2. Keys Creek Lavender Farm
Situated at the end of a 1.5-mile dirt road, nonexistent to GPS, this retreat requires quite the winding journey to reach it. But you know the pot of gold at the end of a rainbow? It’s like that — but purple. The treasure you find will be San Diego County’s only USDA-certified organic lavender farm. Visitors are encouraged to walk through over eight acres of lavender crops, with a dozen different scents — all relaxing and heavenly. The farm offers classes, workshops, tours, and even week-long healing retreats, showing off the power of this flower. Also, the farm store sells 50 lavender products, such as perfume, shower gel, and lip balm.
3. Fireside by the Patio
This restaurant is a favorite of locals, and for good reason. Everything on the menu is cooked using the oldest tool known to man: fire. Shellfish starters, salmon, burgers, flat breads, and almost everything in between is cooked over a flame. That not only makes the food taste surprisingly succulent, but also creates a cool ambiance as well. Fireside is located in the trendy Liberty Station, a place of shops, food, and worthwhile events, such as the annual Wine & Music Festival in June and the annual Beer Festival in July.
4. La Jolla Zip Zoom
The La Jolla Indian Campground has been a favorite destination of nearby residents since the early 1900s. The fandom is still in full force, though the more recent reasons include inner tubing along the San Luis Rey River and the La Jolla Zip Zoom, the longest zipline in California. It runs along the aforementioned river, delivering some memorable views of mountains, canyons, and slopes. A visit here is an all-day outing for most, about an hour’s drive from the geographic center of San Diego, but the experience — including all 6,273 feet of flying through the air — won’t likely soon be forgotten.
5. Lux Art Institute
What do you go to an art institute to see? Art. Now, when was the last time you went to an art institute to see art being made? Exactly. The Lux Art Institute stands in a rustic setting of Encinitas, roughly 30 minutes from the heart of San Diego. It’s a striking place thanks to its artist-in-residence program, which brings in talent from all over the world to live and work within the museum grounds. You’ll get a chance to see completed masterpieces, as well as works in progress. You can also take a stroll through the on-site gardens and visit the amphitheater, where painting classes for all ages are held.
6. Sally's Seafood
Sally’s, as San Diego residents tend to call it, is arguably one of the best seafood restaurants on the shore. Built at water’s level with an outdoor patio, it makes diners feel as if they’re sitting out on the Pacific. It’s a lively spot for date night and family get-togethers among the locals. The menu changes with the season, but don’t leave without trying the Tower, a sampler of oysters, shrimp, Alaskan king crab legs, lobster tail, and more, which serves up to seven.
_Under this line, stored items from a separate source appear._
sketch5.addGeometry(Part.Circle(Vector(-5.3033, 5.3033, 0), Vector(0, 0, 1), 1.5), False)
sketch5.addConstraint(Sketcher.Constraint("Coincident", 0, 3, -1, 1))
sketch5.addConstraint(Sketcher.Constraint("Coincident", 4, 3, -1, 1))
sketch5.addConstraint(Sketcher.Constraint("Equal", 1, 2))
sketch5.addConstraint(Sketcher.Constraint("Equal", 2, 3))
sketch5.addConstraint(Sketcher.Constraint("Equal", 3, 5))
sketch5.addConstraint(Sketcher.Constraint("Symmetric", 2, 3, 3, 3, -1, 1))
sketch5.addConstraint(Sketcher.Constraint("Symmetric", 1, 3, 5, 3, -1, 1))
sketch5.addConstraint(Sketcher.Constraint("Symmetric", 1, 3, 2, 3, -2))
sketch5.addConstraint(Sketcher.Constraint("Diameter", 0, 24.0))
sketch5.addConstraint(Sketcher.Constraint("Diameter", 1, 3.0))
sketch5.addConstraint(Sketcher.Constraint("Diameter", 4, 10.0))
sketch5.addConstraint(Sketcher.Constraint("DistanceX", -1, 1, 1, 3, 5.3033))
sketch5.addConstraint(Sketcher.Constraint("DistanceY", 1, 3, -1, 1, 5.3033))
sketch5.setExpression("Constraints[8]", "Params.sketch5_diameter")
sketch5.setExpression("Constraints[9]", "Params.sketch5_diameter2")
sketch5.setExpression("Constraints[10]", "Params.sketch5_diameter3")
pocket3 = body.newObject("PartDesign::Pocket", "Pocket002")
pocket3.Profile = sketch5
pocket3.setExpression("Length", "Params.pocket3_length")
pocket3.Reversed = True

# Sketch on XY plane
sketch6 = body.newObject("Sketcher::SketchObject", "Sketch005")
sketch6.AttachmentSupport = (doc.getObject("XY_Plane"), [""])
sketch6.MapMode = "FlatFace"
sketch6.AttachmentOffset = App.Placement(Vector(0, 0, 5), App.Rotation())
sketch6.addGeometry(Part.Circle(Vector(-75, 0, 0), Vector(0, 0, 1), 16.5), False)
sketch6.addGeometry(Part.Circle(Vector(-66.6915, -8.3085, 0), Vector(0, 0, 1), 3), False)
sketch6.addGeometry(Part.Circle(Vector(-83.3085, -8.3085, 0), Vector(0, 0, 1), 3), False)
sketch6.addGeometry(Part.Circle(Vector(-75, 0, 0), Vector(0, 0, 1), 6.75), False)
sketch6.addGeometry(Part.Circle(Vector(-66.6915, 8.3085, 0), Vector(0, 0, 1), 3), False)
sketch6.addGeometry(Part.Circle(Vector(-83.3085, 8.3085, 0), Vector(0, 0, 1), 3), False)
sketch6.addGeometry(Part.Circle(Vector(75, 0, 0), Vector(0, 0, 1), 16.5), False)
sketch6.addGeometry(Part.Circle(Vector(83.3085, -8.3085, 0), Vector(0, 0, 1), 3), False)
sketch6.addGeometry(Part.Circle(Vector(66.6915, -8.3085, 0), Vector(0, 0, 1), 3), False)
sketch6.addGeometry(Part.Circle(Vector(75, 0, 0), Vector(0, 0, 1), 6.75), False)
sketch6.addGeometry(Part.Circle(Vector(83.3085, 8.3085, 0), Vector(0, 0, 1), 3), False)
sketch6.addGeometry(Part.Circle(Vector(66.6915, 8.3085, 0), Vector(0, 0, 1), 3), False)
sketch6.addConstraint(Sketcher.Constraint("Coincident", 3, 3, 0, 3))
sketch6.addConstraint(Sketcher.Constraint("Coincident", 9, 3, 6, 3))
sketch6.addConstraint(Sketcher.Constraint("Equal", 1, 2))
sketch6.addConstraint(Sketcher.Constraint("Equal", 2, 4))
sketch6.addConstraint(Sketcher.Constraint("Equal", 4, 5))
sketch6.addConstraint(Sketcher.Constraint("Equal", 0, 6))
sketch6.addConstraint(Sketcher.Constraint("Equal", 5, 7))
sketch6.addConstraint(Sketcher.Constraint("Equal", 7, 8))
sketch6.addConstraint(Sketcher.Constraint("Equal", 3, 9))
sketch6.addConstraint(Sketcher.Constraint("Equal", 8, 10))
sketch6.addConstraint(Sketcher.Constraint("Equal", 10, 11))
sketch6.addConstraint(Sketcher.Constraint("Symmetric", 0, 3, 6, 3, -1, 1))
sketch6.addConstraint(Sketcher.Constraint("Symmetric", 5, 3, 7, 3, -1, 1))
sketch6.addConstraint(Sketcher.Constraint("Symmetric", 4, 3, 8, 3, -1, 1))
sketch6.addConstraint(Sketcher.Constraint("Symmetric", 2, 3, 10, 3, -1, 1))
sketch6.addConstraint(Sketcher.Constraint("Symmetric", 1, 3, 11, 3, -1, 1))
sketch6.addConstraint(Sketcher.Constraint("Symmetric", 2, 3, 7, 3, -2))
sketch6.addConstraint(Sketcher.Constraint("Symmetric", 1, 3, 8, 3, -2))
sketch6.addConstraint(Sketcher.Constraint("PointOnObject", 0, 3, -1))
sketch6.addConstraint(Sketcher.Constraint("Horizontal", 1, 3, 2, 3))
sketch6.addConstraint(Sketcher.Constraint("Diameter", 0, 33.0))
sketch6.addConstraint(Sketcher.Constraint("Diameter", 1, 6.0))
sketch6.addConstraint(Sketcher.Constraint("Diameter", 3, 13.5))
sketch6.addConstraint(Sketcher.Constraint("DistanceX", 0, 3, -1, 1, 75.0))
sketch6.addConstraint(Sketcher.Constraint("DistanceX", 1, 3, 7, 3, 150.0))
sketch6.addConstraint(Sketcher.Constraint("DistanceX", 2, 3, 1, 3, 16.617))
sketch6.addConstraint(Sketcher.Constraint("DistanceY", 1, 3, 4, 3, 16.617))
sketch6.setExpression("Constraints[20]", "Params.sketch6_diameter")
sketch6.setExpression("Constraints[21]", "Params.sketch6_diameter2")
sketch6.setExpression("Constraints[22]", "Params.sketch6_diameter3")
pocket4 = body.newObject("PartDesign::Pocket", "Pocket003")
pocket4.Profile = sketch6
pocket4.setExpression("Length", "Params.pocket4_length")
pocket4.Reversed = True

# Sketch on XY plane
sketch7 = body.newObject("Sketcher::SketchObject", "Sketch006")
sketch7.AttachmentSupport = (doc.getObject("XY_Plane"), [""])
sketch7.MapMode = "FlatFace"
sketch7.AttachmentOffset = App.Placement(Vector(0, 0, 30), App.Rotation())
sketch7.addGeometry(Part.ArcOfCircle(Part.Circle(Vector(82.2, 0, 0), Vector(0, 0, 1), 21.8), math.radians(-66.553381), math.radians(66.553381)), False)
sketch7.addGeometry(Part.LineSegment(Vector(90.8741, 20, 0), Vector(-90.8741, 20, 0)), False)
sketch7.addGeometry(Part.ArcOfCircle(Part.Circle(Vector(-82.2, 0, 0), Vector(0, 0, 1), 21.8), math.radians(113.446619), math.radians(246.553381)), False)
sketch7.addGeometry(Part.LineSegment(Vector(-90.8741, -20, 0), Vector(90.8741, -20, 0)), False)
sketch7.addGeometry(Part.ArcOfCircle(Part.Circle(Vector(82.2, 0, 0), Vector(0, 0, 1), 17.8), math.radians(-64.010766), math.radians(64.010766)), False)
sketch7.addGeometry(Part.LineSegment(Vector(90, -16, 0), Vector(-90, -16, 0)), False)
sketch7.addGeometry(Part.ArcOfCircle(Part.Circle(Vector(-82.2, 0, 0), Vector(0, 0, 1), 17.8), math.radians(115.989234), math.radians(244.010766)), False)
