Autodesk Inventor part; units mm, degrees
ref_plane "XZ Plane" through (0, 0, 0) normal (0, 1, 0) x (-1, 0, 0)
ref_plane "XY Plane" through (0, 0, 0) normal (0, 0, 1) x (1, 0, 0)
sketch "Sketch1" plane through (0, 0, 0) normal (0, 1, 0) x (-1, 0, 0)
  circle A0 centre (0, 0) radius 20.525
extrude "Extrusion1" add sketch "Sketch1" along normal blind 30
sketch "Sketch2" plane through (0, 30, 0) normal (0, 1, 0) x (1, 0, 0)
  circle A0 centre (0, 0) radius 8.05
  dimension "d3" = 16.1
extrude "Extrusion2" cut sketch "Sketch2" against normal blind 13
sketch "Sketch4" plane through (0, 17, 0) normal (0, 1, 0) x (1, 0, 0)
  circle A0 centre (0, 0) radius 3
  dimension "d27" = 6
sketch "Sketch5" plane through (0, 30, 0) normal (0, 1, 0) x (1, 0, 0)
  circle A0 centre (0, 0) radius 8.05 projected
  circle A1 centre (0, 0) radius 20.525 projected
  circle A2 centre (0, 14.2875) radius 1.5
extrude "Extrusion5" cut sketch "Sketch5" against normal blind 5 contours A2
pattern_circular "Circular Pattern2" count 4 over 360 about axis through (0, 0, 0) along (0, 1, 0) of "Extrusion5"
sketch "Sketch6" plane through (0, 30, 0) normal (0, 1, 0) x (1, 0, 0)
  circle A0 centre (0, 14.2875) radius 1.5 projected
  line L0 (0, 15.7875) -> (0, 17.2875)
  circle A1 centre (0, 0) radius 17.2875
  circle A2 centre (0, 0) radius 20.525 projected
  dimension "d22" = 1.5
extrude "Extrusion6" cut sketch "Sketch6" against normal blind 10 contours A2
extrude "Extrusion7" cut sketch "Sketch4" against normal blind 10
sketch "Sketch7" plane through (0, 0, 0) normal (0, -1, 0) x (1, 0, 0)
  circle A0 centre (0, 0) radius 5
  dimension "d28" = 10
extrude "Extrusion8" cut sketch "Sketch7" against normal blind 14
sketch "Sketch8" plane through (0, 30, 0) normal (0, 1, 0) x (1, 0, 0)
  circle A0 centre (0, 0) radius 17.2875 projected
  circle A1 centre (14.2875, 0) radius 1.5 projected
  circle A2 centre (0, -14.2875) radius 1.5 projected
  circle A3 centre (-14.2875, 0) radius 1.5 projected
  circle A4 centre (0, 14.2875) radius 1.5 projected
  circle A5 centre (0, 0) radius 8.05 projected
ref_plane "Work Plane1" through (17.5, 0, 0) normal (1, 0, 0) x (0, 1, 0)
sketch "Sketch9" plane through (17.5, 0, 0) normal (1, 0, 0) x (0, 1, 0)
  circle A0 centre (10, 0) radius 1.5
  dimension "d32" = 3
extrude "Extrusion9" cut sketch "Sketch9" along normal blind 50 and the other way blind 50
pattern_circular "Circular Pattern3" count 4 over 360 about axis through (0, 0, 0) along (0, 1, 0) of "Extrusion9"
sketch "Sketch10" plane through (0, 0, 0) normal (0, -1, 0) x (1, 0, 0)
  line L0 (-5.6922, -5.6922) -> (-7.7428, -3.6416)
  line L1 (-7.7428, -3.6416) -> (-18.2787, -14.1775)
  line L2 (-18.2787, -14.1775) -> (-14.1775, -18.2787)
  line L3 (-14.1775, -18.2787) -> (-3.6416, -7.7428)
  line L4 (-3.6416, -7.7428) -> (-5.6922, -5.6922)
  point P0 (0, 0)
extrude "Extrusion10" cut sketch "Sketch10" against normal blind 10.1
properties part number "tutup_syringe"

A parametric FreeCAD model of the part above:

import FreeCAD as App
import Part
import Sketcher

V = App.Vector
Q = App.Units.Quantity


def add_polygon(sketch, points):
    """Adds a closed chain of lines whose ends are joined by coincident constraints."""
    first, n = sketch.GeometryCount, len(points)
    for a, b in zip(points, points[1:] + points[:1]):
        sketch.addGeometry(Part.LineSegment(App.Vector(*a, 0), App.Vector(*b, 0)), False)
    for i in range(n):
        sketch.addConstraint(Sketcher.Constraint("Coincident", first + i, 2, first + (i + 1) % n, 1))

doc = App.newDocument("Part")
body = doc.addObject("PartDesign::Body", "Body")

sketch1 = doc.addObject("Sketcher::SketchObject", "Sketch")
body.addObject(sketch1)
sketch1.AttachmentSupport = (doc.XZ_Plane, [""])
sketch1.MapMode = "FlatFace"
sketch1.addGeometry(Part.Circle(V(0, 0, 0), V(0, 0, 1), 21), False)
sketch1.addConstraint([
    Sketcher.Constraint("Coincident", 0, 3, -1, 1),
    Sketcher.Constraint("Diameter", 0, Q("41.05 mm")),
])
pad1 = doc.addObject("PartDesign::Pad", "Pad")
body.addObject(pad1)
pad1.Profile = sketch1
pad1.Length = 30
pad1.Reversed = True

sketch2 = doc.addObject("Sketcher::SketchObject", "Sketch001")
body.addObject(sketch2)
sketch2.AttachmentSupport = (doc.XZ_Plane, [""])
sketch2.MapMode = "FlatFace"
sketch2.AttachmentOffset = App.Placement(V(0, 0, -30), App.Rotation())
sketch2.addGeometry(Part.Circle(V(0, 0, 0), V(0, 0, 1), 8), False)
sketch2.addConstraint([
    Sketcher.Constraint("Coincident", 0, 3, -1, 1),
    Sketcher.Constraint("Diameter", 0, Q("16.1 mm")),
])
pocket1 = doc.addObject("PartDesign::Pocket", "Pocket")
body.addObject(pocket1)
pocket1.Profile = sketch2
pocket1.Length = 13
pocket1.Reversed = True

sketch3 = doc.addObject("Sketcher::SketchObject", "Sketch002")
body.addObject(sketch3)
sketch3.AttachmentSupport = (doc.XZ_Plane, [""])
sketch3.MapMode = "FlatFace"
sketch3.AttachmentOffset = App.Placement(V(0, 0, -30), App.Rotation())
sketch3.addGeometry(Part.Circle(V(0, -14.3, 0), V(0, 0, 1), 1.5), False)
sketch3.addConstraint([
    Sketcher.Constraint("PointOnObject", 0, 3, -2),
    Sketcher.Constraint("Diameter", 0, Q("3 mm")),
    Sketcher.Constraint("DistanceY", 0, 3, -1, 1, Q("14.2875 mm")),
])
pocket2 = doc.addObject("PartDesign::Pocket", "Pocket001")
body.addObject(pocket2)
pocket2.Profile = sketch3
pocket2.Length = 5
pocket2.Reversed = True
doc.recompute()

polarpattern = doc.addObject("PartDesign::PolarPattern", "PolarPattern")
body.addObject(polarpattern)
polarpattern.Originals = [pocket2]
polarpattern.Axis = (doc.Y_Axis, [""])
polarpattern.Angle = 360
polarpattern.Occurrences = 4
body.Tip = polarpattern

sketch4 = doc.addObject("Sketcher::SketchObject", "Sketch003")
body.addObject(sketch4)
sketch4.AttachmentSupport = (doc.XZ_Plane, [""])
sketch4.MapMode = "FlatFace"
sketch4.AttachmentOffset = App.Placement(V(0, 0, -30), App.Rotation())
sketch4.addGeometry([
    Part.Circle(V(0, 0, 0), V(0, 0, 1), 21),
    Part.Circle(V(0, 0, 0), V(0, 0, 1), 17),
], False)
sketch4.addConstraint([
    Sketcher.Constraint("Coincident", 0, 3, -1, 1),
    Sketcher.Constraint("Coincident", 1, 3, -1, 1),
    Sketcher.Constraint("Diameter", 0, Q("41.05 mm")),
    Sketcher.Constraint("Diameter", 1, Q("34.575 mm")),
])
pocket3 = doc.addObject("PartDesign::Pocket", "Pocket002")
body.addObject(pocket3)
pocket3.Profile = sketch4
pocket3.Length = 10
pocket3.Reversed = True

sketch5 = doc.addObject("Sketcher::SketchObject", "Sketch004")
body.addObject(sketch5)
sketch5.AttachmentSupport = (doc.XZ_Plane, [""])
sketch5.MapMode = "FlatFace"
sketch5.AttachmentOffset = App.Placement(V(0, 0, -17), App.Rotation())
sketch5.addGeometry(Part.Circle(V(0, 0, 0), V(0, 0, 1), 3), False)
sketch5.addConstraint([
    Sketcher.Constraint("Coincident", 0, 3, -1, 1),
    Sketcher.Constraint("Diameter", 0, Q("6 mm")),
])
pocket4 = doc.addObject("PartDesign::Pocket", "Pocket003")
body.addObject(pocket4)
pocket4.Profile = sketch5
pocket4.Length = 10
pocket4.Reversed = True

sketch6 = doc.addObject("Sketcher::SketchObject", "Sketch005")
body.addObject(sketch6)
sketch6.AttachmentSupport = (doc.XZ_Plane, [""])
sketch6.MapMode = "FlatFace"
sketch6.addGeometry(Part.Circle(V(0, 0, 0), V(0, 0, 1), 5), False)
sketch6.addConstraint([
    Sketcher.Constraint("Coincident", 0, 3, -1, 1),
    Sketcher.Constraint("Diameter", 0, Q("10 mm")),
])
pocket5 = doc.addObject("PartDesign::Pocket", "Pocket004")
body.addObject(pocket5)
pocket5.Profile = sketch6
pocket5.Length = 14

sketch7 = doc.addObject("Sketcher::SketchObject", "Sketch006")
body.addObject(sketch7)
sketch7.AttachmentSupport = (doc.YZ_Plane, [""])
sketch7.MapMode = "FlatFace"
sketch7.AttachmentOffset = App.Placement(V(0, 0, 17.5), App.Rotation())
sketch7.addGeometry(Part.Circle(V(10, 0, 0), V(0, 0, 1), 1.5), False)
sketch7.addConstraint([
    Sketcher.Constraint("PointOnObject", 0, 3, -1),
    Sketcher.Constraint("Diameter", 0, Q("3 mm")),
    Sketcher.Constraint("DistanceX", -1, 1, 0, 3, Q("10 mm")),
])
pocket6 = doc.addObject("PartDesign::Pocket", "Pocket005")
body.addObject(pocket6)
pocket6.Profile = sketch7
pocket6.Type = "ThroughAll"
pocket6.Midplane = True
doc.recompute()

polarpattern2 = doc.addObject("PartDesign::PolarPattern", "PolarPattern001")
body.addObject(polarpattern2)
polarpattern2.Originals = [pocket6]
polarpattern2.Axis = (doc.Y_Axis, [""])
polarpattern2.Angle = 360
polarpattern2.Occurrences = 4
body.Tip = polarpattern2

sketch8 = doc.addObject("Sketcher::SketchObject", "Sketch007")
body.addObject(sketch8)
sketch8.AttachmentSupport = (doc.XZ_Plane, [""])
sketch8.MapMode = "FlatFace"
add_polygon(sketch8, [(-4, -8), (-8, -4), (-18, -14), (-14, -18)])
sketch8.addConstraint([
    Sketcher.Constraint("Perpendicular", 0, 1),
    Sketcher.Constraint("Perpendicular", 1, 2),
    Sketcher.Constraint("Perpendicular", 2, 3),
    Sketcher.Constraint("Angle", 0, Q("135 deg")),
    Sketcher.Constraint("Distance", 0, Q("5.8 mm")),
    Sketcher.Constraint("Distance", 1, Q("14.9 mm")),
    Sketcher.Constraint("DistanceX", 0, 2, -1, 1, Q("7.7428 mm")),
    Sketcher.Constraint("DistanceY", 0, 2, -1, 1, Q("3.6416 mm")),
])
pocket7 = doc.addObject("PartDesign::Pocket", "Pocket006")
body.addObject(pocket7)
pocket7.Profile = sketch8
pocket7.Length = 10.1

doc.recompute()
7. Palomar Mountain State Park
This one’s a doozy for a few reasons. One: the behemoth, Palomar Mountain. It’s popular with local biking enthusiasts, many of whom make it the 6,142 feet to the top on a regular basis. Second, the state park itself is home to a number of hiking trails, meadows, fishing lakes, and beautiful vistas.
After all that, if you start to feel you’ve had enough outdoor fun for one day, you can look towards the sky at the Palomar Observatory. It’s the residence of one of the largest telescopes in the country. Inside is a free museum that shows all of Palomar’s discoveries, including the very first brown dwarf star.